TurboID-charging discovery of plant pathogen virulence and host defense mechanisms

TurboID 充电发现植物病原体毒力和宿主防御机制

• 批准号: 2441136
• 金额: --
• 依托单位: University of East Anglia
• 依托单位国家: 英国
• 项目类别: Studentship
• 财政年份: 2020
• 资助国家: 英国
• 起止时间: 2020 至 无数据
• 项目状态: 未结题
• 来源: https://gtr.ukri.org/projects?ref=studentship-2441136
• 关键词: TurboID; charging; discovery; plant; pathogen

Plant pathogens cause disease and reduce crop yields, secreting "effector" proteins that target host proteins and suppress immunity. Understanding effector function and host targets could help develop resistant crops. This project involves an exciting new approach to understanding effector functions. Proximity labeling (PL) accelerates discovery of proteins that interact with a protein of interest, that is fused to a biotin ligase that attaches biotin to nearby proteins. Biotinylated proteins trapped by streptavidin-coupled beads are identified by mass spectrometry (MS). Branon et al. (2018) created an active biotin ligase TurboID for PL-MS. The student will work closely with 2 postdocs and our proteomics team to exploit this advance.Objective1) Effector target discovery using bacterial effectors AvrRps4 and PopP2 that target WRKY transcription factors. AvrRps4 and PopP2 target WRKY transcription factor proteins involved in defense. In the RPS4/RRS1 immune receptor complex, RRS1 carries a WRKY domain that helps detect AvrRps4 and PopP2. These effectors will be fused to TurboID and expressed in Arabidopsis to define interacting proteins.Objective2) Identifying targets of filamentous pathogen effectors The oomycete Albugo candida causes white rust in Arabidopsis and suppresses immunity. To understand how Albugo makes hosts susceptible, the student will express in Arabidopsis, defense-suppressing Albugo effectors tagged with TurboID and identify and characterize host protein targets.Objective 3) Identifying effectors that interact with host targets during infection Host "hub proteins", such as the transcription factor TCP14, are targets of pathogen effectors. The student will create TCP14-TurboID lines, infect with diverse pathogens, and use the sensitivity of TurboID to reveal pathogen effector proteins delivered during infection that interact with TCP14.
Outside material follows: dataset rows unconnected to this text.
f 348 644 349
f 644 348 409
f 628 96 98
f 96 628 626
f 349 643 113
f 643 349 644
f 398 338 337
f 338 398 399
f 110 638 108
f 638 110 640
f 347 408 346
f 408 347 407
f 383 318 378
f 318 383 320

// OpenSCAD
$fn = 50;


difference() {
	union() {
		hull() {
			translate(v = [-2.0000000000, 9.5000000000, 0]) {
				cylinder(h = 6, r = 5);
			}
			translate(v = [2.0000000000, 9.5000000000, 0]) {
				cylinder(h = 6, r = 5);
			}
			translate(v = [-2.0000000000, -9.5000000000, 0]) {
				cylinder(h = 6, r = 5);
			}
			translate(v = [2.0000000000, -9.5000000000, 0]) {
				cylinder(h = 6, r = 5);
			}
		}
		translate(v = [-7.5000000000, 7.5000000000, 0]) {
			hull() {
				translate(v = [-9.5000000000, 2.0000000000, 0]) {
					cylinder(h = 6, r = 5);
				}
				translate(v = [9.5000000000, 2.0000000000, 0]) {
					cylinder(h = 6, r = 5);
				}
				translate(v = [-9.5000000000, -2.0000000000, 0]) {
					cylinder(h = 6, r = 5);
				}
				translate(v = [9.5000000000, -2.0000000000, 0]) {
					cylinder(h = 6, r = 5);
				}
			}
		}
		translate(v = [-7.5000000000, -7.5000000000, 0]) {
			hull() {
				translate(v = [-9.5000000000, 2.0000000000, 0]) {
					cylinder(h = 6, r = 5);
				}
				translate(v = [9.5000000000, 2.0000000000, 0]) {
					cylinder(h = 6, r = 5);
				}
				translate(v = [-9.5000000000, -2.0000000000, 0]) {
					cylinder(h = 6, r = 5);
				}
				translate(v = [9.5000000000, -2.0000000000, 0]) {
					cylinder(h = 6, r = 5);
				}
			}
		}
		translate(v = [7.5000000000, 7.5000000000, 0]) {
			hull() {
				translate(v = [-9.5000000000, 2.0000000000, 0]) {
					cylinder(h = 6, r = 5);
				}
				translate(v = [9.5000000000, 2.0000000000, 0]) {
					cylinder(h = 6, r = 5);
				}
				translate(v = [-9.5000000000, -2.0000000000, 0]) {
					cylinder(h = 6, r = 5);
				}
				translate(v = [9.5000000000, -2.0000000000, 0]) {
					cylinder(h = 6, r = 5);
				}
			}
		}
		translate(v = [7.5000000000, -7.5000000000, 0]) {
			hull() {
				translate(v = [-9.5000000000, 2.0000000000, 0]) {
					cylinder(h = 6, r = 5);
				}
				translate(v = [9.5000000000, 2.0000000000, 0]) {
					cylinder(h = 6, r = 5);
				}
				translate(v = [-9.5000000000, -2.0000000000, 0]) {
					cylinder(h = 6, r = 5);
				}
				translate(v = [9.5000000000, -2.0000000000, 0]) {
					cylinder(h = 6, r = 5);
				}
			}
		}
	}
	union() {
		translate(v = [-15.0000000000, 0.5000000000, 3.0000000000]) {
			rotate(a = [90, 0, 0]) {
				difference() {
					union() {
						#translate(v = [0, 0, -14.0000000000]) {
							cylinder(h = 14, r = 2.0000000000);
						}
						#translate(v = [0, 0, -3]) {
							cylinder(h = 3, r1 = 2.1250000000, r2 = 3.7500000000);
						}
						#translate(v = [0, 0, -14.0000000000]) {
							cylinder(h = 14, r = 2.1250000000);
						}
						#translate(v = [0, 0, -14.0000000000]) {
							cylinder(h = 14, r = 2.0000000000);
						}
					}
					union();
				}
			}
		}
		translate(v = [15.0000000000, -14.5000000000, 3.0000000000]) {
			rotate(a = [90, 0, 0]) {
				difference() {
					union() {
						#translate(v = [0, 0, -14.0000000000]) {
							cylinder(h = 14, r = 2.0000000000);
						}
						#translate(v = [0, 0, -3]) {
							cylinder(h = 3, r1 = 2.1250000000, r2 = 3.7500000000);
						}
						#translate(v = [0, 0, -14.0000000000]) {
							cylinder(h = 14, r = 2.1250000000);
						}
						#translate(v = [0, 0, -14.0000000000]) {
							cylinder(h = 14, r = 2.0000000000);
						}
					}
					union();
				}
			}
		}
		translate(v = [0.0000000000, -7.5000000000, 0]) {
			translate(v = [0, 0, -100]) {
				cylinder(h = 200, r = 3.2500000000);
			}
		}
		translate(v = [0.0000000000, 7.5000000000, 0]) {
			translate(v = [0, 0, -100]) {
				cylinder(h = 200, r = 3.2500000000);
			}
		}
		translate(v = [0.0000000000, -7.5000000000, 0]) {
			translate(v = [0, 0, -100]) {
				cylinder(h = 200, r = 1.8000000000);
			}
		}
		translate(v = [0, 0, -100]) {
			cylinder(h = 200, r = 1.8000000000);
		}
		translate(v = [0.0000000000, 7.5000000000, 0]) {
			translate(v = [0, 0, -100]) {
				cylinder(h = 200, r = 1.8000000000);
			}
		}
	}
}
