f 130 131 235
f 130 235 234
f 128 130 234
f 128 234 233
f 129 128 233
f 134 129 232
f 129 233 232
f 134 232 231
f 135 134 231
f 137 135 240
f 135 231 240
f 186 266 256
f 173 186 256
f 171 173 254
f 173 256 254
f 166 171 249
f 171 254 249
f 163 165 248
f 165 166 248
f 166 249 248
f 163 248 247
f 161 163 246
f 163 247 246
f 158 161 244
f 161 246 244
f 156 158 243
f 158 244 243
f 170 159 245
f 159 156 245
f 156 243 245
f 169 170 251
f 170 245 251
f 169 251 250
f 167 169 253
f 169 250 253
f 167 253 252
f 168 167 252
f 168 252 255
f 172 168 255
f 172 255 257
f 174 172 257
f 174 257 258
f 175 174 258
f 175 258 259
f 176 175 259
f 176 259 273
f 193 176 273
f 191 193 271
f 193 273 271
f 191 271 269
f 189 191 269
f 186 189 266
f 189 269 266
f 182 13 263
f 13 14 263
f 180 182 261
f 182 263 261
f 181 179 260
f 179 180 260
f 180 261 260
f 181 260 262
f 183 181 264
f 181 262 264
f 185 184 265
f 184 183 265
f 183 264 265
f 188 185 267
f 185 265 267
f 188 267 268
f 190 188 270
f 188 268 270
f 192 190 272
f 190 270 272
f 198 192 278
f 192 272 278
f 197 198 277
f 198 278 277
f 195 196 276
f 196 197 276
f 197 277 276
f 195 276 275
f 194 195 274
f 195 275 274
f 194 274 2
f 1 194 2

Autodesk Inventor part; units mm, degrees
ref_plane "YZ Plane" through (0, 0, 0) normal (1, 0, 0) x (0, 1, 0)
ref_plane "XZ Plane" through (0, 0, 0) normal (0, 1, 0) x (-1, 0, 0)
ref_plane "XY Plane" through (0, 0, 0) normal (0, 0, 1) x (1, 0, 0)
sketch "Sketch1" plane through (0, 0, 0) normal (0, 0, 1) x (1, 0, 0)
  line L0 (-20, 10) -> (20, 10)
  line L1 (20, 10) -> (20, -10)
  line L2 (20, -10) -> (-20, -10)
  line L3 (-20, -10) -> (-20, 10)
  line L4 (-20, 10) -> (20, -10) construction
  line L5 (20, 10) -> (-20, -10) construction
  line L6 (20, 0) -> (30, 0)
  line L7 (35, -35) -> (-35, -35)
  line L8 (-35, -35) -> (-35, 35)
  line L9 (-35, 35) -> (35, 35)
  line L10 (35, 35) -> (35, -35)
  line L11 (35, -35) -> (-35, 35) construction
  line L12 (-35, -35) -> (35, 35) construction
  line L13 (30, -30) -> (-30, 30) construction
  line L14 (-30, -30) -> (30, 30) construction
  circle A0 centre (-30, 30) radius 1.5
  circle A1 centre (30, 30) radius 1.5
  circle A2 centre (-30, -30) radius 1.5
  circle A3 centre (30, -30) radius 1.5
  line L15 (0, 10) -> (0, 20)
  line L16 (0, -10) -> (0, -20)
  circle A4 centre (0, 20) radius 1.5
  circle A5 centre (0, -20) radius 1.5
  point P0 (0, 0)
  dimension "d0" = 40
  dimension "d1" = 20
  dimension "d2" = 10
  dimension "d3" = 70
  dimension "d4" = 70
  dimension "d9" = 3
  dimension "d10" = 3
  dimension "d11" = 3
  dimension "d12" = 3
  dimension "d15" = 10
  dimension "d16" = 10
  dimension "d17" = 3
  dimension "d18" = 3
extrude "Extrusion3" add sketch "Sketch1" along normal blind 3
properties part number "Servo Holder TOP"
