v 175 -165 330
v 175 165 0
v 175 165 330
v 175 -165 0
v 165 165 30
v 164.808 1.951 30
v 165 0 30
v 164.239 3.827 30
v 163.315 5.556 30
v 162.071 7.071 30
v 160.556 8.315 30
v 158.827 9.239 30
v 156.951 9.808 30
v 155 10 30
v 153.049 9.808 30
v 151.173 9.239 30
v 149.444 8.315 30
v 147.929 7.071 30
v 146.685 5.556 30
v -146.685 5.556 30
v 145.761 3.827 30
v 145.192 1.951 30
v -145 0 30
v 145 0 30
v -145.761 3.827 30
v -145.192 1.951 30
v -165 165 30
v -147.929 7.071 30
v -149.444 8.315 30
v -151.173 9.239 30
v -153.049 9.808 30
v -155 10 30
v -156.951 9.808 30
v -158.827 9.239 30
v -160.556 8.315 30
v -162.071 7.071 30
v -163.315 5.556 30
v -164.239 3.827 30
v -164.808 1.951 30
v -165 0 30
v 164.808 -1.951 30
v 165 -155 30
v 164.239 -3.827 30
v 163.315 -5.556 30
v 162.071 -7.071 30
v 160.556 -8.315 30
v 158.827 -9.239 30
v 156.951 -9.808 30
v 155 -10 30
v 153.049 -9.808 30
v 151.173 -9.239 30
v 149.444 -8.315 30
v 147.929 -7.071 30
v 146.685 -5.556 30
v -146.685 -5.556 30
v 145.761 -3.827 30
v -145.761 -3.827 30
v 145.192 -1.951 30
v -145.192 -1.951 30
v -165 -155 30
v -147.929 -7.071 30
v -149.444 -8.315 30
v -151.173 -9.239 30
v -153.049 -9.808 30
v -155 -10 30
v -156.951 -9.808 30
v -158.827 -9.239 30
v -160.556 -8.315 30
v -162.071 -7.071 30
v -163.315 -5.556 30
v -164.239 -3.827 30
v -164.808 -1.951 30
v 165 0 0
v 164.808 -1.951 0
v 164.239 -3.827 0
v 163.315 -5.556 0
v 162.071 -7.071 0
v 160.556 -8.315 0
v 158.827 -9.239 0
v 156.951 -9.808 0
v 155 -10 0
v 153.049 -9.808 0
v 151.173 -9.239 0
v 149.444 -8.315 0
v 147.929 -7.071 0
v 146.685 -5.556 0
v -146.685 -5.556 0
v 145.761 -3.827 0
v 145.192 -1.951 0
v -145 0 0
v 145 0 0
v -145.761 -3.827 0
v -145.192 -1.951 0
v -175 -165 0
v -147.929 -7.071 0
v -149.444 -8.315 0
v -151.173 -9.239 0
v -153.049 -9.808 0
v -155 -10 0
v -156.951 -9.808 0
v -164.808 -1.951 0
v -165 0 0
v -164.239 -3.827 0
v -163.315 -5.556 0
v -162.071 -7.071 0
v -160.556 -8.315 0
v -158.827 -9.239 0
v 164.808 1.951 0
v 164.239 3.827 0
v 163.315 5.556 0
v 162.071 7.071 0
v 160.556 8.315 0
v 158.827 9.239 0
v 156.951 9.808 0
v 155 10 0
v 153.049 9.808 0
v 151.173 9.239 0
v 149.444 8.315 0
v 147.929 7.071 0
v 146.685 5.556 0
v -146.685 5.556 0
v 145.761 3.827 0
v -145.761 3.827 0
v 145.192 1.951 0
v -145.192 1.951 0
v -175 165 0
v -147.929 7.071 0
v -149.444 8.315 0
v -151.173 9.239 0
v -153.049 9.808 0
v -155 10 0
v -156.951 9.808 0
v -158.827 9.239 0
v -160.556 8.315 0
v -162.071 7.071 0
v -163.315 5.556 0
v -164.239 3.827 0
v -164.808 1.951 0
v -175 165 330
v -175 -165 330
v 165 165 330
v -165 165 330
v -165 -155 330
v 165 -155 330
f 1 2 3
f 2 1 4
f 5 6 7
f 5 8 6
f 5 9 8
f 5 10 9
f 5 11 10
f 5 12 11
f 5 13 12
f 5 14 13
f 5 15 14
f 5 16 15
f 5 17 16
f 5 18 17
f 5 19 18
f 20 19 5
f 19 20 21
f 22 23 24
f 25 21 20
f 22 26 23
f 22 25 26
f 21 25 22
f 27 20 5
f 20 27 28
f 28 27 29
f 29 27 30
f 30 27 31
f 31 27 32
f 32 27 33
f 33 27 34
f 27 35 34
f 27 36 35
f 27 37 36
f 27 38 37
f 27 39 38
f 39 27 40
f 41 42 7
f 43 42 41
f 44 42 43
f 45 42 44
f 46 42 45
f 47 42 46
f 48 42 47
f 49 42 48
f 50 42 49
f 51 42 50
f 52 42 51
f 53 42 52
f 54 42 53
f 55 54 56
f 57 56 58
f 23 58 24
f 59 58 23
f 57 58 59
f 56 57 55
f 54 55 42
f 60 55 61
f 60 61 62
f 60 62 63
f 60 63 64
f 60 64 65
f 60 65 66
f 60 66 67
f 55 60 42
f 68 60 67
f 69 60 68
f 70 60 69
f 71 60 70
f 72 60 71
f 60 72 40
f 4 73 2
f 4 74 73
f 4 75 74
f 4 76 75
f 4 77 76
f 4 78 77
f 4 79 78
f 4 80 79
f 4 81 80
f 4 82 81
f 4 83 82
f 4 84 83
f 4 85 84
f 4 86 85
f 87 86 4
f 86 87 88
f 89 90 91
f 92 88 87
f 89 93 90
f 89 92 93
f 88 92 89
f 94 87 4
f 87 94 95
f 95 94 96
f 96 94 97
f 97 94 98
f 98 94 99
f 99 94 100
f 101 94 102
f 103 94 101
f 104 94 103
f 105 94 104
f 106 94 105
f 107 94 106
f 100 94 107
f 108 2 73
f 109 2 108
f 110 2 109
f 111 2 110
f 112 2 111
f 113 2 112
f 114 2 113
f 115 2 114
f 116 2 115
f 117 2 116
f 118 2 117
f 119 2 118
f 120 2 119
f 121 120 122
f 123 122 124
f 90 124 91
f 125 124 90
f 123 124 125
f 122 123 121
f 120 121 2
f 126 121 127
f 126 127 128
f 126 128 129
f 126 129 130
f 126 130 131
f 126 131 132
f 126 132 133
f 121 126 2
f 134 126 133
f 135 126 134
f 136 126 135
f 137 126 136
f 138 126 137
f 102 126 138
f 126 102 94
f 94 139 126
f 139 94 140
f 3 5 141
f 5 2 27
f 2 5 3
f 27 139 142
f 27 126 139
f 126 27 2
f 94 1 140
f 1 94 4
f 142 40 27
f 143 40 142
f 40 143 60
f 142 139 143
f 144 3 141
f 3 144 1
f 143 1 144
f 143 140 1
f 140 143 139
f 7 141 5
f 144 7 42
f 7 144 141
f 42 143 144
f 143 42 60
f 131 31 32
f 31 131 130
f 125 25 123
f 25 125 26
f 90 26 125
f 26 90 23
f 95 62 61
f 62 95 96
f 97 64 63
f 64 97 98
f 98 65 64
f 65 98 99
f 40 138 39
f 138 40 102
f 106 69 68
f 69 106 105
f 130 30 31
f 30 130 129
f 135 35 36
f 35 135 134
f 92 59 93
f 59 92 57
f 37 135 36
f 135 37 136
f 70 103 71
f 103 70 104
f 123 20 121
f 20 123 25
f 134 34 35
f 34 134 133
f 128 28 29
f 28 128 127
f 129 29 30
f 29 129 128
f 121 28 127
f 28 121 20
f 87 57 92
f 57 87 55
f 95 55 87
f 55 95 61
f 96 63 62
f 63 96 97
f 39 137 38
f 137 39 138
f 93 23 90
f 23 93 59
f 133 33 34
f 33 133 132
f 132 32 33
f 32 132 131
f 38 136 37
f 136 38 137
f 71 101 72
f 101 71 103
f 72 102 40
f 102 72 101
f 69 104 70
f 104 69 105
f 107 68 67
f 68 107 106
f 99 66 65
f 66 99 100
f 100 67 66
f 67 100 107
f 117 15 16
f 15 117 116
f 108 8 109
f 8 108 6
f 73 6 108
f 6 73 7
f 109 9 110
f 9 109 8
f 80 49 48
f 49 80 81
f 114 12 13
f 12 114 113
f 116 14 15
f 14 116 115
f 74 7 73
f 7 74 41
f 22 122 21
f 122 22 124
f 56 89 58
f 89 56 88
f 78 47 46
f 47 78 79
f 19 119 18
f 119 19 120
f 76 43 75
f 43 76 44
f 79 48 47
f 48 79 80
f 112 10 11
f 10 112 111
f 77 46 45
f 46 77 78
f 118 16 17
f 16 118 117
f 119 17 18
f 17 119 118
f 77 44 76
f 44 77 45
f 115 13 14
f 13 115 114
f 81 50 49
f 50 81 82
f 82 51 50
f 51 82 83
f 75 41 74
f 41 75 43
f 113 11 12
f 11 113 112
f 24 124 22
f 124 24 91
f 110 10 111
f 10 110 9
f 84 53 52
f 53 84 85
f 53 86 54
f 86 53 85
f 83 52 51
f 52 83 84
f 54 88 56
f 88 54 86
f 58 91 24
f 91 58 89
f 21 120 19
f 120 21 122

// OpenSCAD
// Bookcube for Bookrobot System
// Size: 0.35m(W) x 0.33m(D) x 0.30m(H)
// Top and Front: OPEN
// Bottom: 2 circular holes at side edges (10mm diameter)

// Dimensions (in mm for OpenSCAD)
width = 350;
depth = 330;
height = 300;
bottom_thickness = 30;
wall_thickness = 10;

// Hole parameters
hole_diameter = 20;  // 20mm (2cm) diameter holes
hole_x_offset = 155; // holes at ±155mm from center (total distance 310mm = 31cm)

module bookcube() {
    difference() {
        union() {
            // Bottom plate (thick)
            translate([0, 0, bottom_thickness/2])
                cube([width, depth, bottom_thickness], center=true);

            // Left side wall
            translate([-width/2 + wall_thickness/2, 0, bottom_thickness + height/2])
                cube([wall_thickness, depth, height], center=true);

            // Right side wall
            translate([width/2 - wall_thickness/2, 0, bottom_thickness + height/2])
                cube([wall_thickness, depth, height], center=true);

            // Back wall
            translate([0, -depth/2 + wall_thickness/2, bottom_thickness + height/2])
                cube([width - 2*wall_thickness, wall_thickness, height], center=true);
        }

        // Left hole (circular, through bottom plate)
        translate([-hole_x_offset, 0, -1])
            cylinder(h=bottom_thickness + 2, d=hole_diameter, center=false, $fn=32);

        // Right hole (circular, through bottom plate)
        translate([hole_x_offset, 0, -1])
            cylinder(h=bottom_thickness + 2, d=hole_diameter, center=false, $fn=32);
    }
}

// Create the model
bookcube();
植物病原体导致疾病和作物减产，分泌针对宿主蛋白并抑制免疫的“效应器”蛋白。了解效应器功能和寄主靶标有助于培育抗病作物。这个项目涉及一种令人兴奋的新方法来理解效应器功能。邻近标记(PL)加速了发现与感兴趣的蛋白质相互作用的蛋白质，该蛋白质与生物素连接酶融合在一起，将生物素连接到附近的蛋白质上。用质谱仪(MS)鉴定了链霉亲和素偶联微球捕获的生物素化蛋白质。Branon等人。(2018)为PL-MS创造了具有活性的生物素连接酶TurboID。学生将与2名博士后和我们的蛋白质组学团队密切合作，以利用这一进展。目标1)使用针对WRKY转录因子的细菌效应器AvrRps4和PopP2发现效应器靶标。AvrRps4和PopP2靶向参与防御的WRKY转录因子蛋白。在RPS4/RRS1免疫受体复合体中，RRS1携带一个WRKY结构域，有助于检测AvrRps4和PopP2。这些效应物将与TurboID融合并在拟南芥中表达，以定义相互作用的蛋白。目的2)鉴定丝状病原体效应物的靶标白念珠菌可引起拟南芥白锈病并抑制免疫。为了了解Albugo是如何使宿主变得敏感的，学生将在拟南芥中表达用TurboID标记的防御抑制Albugo效应器，并识别和表征宿主蛋白靶标。目的3)识别在感染过程中与宿主靶标相互作用的效应器宿主“枢纽蛋白”，如转录因子TCP14，是病原体效应物的靶标。学生将创建TCP14-TurboID株，感染不同的病原体，并使用TurboID的敏感性来揭示感染期间传递的与TCP14相互作用的病原体效应蛋白。